Among the couples in the UA College of Medicine Class of 2009 are Michelle Burke and North Noelck, who will be married in April.
Michelle, 27, is a native Tucsonan. After graduating from University High in 1999, she attended Smith College in Northampton, Mass., where she majored in developmental psychology and played on the college soccer team. While in college, Michelle spent summers working as a research intern at The Autism Research Foundation in Boston, Mass. After four years of cold New England winters, she decided to move back to sunny Arizona to be closer to her family. “My family has always been very important to me,” she says. “It was their example of service to others and involvement in the local community during my youth that fostered my desire to go into medicine.” Michelle will be the first female doctor in her family. While in medical school, she met her fiancé, North Noelck, while playing on the medical school co-ed intramural soccer team.

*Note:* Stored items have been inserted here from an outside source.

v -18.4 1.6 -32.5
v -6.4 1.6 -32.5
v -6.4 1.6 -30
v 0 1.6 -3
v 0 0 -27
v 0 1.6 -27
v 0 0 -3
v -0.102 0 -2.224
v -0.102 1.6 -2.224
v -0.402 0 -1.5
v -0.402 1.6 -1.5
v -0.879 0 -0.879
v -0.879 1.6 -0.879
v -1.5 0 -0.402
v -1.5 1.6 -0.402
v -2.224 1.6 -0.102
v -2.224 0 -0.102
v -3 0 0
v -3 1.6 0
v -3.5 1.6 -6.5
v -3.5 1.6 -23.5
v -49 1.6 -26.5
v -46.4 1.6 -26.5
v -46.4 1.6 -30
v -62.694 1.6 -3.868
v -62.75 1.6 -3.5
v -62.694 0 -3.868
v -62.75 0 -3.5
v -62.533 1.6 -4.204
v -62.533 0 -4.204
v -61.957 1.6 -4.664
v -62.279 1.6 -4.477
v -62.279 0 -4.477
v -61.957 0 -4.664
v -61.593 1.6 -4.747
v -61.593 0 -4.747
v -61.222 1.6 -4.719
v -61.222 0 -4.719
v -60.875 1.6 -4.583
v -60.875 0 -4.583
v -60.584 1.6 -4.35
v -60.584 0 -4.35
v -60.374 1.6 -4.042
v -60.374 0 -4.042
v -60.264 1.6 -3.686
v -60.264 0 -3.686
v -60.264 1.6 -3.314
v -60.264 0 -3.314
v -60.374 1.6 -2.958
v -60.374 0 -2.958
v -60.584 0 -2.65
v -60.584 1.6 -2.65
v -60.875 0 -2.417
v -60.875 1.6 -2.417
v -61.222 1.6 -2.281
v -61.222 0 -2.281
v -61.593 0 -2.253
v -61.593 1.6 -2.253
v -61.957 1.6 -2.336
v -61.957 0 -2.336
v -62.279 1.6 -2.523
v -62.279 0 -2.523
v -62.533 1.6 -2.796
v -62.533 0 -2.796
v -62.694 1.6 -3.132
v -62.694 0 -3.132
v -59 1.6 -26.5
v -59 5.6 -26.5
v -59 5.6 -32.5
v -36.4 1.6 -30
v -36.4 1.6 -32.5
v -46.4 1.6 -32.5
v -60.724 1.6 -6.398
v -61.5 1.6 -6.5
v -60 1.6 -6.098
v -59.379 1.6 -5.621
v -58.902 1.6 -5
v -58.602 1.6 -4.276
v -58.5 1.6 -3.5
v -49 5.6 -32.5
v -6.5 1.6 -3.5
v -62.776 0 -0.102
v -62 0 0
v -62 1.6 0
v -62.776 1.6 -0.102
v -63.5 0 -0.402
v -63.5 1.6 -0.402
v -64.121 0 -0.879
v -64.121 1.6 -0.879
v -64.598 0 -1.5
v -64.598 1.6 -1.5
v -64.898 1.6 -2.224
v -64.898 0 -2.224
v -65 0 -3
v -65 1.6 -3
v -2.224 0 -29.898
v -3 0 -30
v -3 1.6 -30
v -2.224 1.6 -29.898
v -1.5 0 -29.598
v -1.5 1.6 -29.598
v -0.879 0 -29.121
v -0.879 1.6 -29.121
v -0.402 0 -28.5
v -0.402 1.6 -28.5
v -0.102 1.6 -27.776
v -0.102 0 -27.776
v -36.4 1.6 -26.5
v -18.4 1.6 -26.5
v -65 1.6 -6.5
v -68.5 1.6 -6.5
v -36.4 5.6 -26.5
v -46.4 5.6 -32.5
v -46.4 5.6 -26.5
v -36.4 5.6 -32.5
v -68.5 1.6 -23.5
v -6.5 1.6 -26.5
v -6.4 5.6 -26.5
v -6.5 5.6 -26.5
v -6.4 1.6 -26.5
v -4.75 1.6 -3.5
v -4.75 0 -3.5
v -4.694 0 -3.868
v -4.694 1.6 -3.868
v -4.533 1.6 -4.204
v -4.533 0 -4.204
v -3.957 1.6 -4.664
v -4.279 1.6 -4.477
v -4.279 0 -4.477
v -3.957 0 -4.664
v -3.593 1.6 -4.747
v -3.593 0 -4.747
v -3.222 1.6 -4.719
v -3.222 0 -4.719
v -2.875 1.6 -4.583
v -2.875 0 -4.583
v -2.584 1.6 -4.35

North, 27, has been waiting for Match Day for some time now -- not since he was a child growing up in Avondale, Ariz., and dreaming of playing for the 2004-2007 Suns, he says, but at least since the interview process started last November. He attended Arizona State University where he graduated summa cum laude from the Barrett Honors College with a bachelor of science degree in biology. After “vaguely wondering” if a career in philosophy, economics or anthropology might best suit him, he decided to pursue medicine because, he quips, “The messy blend of art and science, people and purpose, drama and discovery, overshadowed the years of devoted studying and financial indebtedness.” North will share this stressful day with his parents, Alan and Carol Noelck, and his loving fiancée, Michelle.
Michelle and North will pursue residencies in pediatrics and medicine, respectively. “Though this is a busy time, it has been fun to go through this process with North,” says Michelle. “Knowing that we will be together has taken a little of the stress out of the equation -- and I can’t wait to see where we end up!”